- [Task description]:
Show every line of the data that contains the string "Locations".

Dataset entries
# # # # # # #
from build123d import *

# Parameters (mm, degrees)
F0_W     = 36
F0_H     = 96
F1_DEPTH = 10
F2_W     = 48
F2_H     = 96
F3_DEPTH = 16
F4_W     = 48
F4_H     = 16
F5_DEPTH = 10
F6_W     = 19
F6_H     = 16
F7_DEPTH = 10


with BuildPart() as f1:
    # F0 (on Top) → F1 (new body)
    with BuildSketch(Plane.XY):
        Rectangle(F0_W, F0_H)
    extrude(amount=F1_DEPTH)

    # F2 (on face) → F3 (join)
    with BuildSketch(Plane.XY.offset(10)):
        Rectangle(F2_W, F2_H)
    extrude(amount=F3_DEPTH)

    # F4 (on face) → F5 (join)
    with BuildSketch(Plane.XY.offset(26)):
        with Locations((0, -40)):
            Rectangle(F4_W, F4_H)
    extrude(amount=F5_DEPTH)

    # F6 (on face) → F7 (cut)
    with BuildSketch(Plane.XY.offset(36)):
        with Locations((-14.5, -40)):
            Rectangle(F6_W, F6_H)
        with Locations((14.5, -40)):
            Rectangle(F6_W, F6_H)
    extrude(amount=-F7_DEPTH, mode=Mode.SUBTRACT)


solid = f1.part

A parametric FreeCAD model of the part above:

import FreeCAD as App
import Part
import Sketcher

V = App.Vector


def add_polygon(sketch, points):
    """Adds a closed chain of lines whose ends are joined by coincident constraints."""
    first, n = sketch.GeometryCount, len(points)
    for a, b in zip(points, points[1:] + points[:1]):
        sketch.addGeometry(Part.LineSegment(App.Vector(*a, 0), App.Vector(*b, 0)), False)
    for i in range(n):
        sketch.addConstraint(Sketcher.Constraint("Coincident", first + i, 2, first + (i + 1) % n, 1))

doc = App.newDocument("Part")
params = doc.addObject("Spreadsheet::Sheet", "Params")
for row, (alias, value) in enumerate([
    ("sketch1_width", "36 mm"),
    ("sketch1_height", "96 mm"),
    ("pad1_length", "10 mm"),
    ("sketch2_width", "48 mm"),
    ("sketch2_height", "96 mm"),
    ("pad2_length", "16 mm"),
    ("sketch3_width", "48 mm"),
    ("sketch3_height", "16 mm"),
    ("pad3_length", "10 mm"),
    ("sketch4_width", "19 mm"),
    ("sketch4_height", "16 mm"),
    ("pocket1_length", "10 mm"),
], start=1):
    params.set(f"A{row}", alias)
    params.set(f"B{row}", "=" + value)
    params.setAlias(f"B{row}", alias)

body = doc.addObject("PartDesign::Body", "Body")

sketch1 = body.newObject("Sketcher::SketchObject", "Sketch")
sketch1.AttachmentSupport = (doc.getObject("XY_Plane"), [""])
sketch1.MapMode = "FlatFace"
add_polygon(sketch1, [(-18, 48), (-18, -48), (18, -48), (18, 48)])
sketch1.addConstraint([
    Sketcher.Constraint("Vertical", 0),
    Sketcher.Constraint("Horizontal", 1),
    Sketcher.Constraint("Vertical", 2),
    Sketcher.Constraint("Horizontal", 3),
    Sketcher.Constraint("Symmetric", 0, 2, 2, 2, -1, 1),
    Sketcher.Constraint("DistanceX", 1, 1, 1, 2, 36.0),
    Sketcher.Constraint("DistanceY", 0, 2, 0, 1, 96.0),
])
sketch1.setExpression("Constraints[9]", "Params.sketch1_width")
sketch1.setExpression("Constraints[10]", "Params.sketch1_height")
pad1 = body.newObject("PartDesign::Pad", "Pad")
pad1.Profile = sketch1
pad1.setExpression("Length", "Params.pad1_length")

sketch2 = body.newObject("Sketcher::SketchObject", "Sketch001")
sketch2.AttachmentSupport = (doc.getObject("XY_Plane"), [""])
sketch2.MapMode = "FlatFace"
sketch2.AttachmentOffset = App.Placement(V(0, 0, 10), App.Rotation())
add_polygon(sketch2, [(-24, 48), (-24, -48), (24, -48), (24, 48)])
sketch2.addConstraint([
    Sketcher.Constraint("Vertical", 0),
    Sketcher.Constraint("Horizontal", 1),
    Sketcher.Constraint("Vertical", 2),
    Sketcher.Constraint("Horizontal", 3),
    Sketcher.Constraint("Symmetric", 0, 2, 2, 2, -1, 1),
    Sketcher.Constraint("DistanceX", 1, 1, 1, 2, 48.0),
    Sketcher.Constraint("DistanceY", 0, 2, 0, 1, 96.0),
])
sketch2.setExpression("Constraints[9]", "Params.sketch2_width")
sketch2.setExpression("Constraints[10]", "Params.sketch2_height")
pad2 = body.newObject("PartDesign::Pad", "Pad001")
pad2.Profile = sketch2
pad2.setExpression("Length", "Params.pad2_length")

sketch3 = body.newObject("Sketcher::SketchObject", "Sketch002")
sketch3.AttachmentSupport = (doc.getObject("XY_Plane"), [""])
sketch3.MapMode = "FlatFace"
sketch3.AttachmentOffset = App.Placement(V(0, 0, 26), App.Rotation())
add_polygon(sketch3, [(-24, -32), (-24, -48), (24, -48), (24, -32)])
sketch3.addConstraint([
    Sketcher.Constraint("Vertical", 0),
    Sketcher.Constraint("Horizontal", 1),
    Sketcher.Constraint("Vertical", 2),
    Sketcher.Constraint("Horizontal", 3),
    Sketcher.Constraint("DistanceX", 1, 1, 1, 2, 48.0),
    Sketcher.Constraint("DistanceY", 0, 2, 0, 1, 16.0),
    Sketcher.Constraint("DistanceX", 0, 2, -1, 1, 24.0),
    Sketcher.Constraint("DistanceY", 0, 2, -1, 1, 48.0),
])
sketch3.setExpression("Constraints[8]", "Params.sketch3_width")
sketch3.setExpression("Constraints[9]", "Params.sketch3_height")
pad3 = body.newObject("PartDesign::Pad", "Pad002")
pad3.Profile = sketch3
pad3.setExpression("Length", "Params.pad3_length")

sketch4 = body.newObject("Sketcher::SketchObject", "Sketch003")
sketch4.AttachmentSupport = (doc.getObject("XY_Plane"), [""])
sketch4.MapMode = "FlatFace"
sketch4.AttachmentOffset = App.Placement(V(0, 0, 36), App.Rotation())
add_polygon(sketch4, [(-24, -32), (-24, -48), (-5, -48), (-5, -32)])
add_polygon(sketch4, [(5, -32), (5, -48), (24, -48), (24, -32)])
sketch4.addConstraint([
    Sketcher.Constraint("Vertical", 0),
    Sketcher.Constraint("Horizontal", 1),
    Sketcher.Constraint("Vertical", 2),
    Sketcher.Constraint("Horizontal", 3),
    Sketcher.Constraint("Vertical", 4),
    Sketcher.Constraint("Horizontal", 5),
    Sketcher.Constraint("Vertical", 6),
    Sketcher.Constraint("Horizontal", 7),
    Sketcher.Constraint("Symmetric", 1, 2, 4, 2, -2),
    Sketcher.Constraint("Symmetric", 3, 2, 6, 2, -2),
    Sketcher.Constraint("DistanceX", 1, 1, 1, 2, 19.0),
    Sketcher.Constraint("DistanceY", 0, 2, 0, 1, 16.0),
    Sketcher.Constraint("DistanceX", 0, 2, -1, 1, 24.0),
    Sketcher.Constraint("DistanceY", 0, 2, -1, 1, 48.0),
])
sketch4.setExpression("Constraints[18]", "Params.sketch4_width")
sketch4.setExpression("Constraints[19]", "Params.sketch4_height")
pocket1 = body.newObject("PartDesign::Pocket", "Pocket")
pocket1.Profile = sketch4
pocket1.setExpression("Length", "Params.pocket1_length")

doc.recompute()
# # # # # # #
- [Result]:
        with Locations((0, -40)):
        with Locations((-14.5, -40)):
        with Locations((14.5, -40)):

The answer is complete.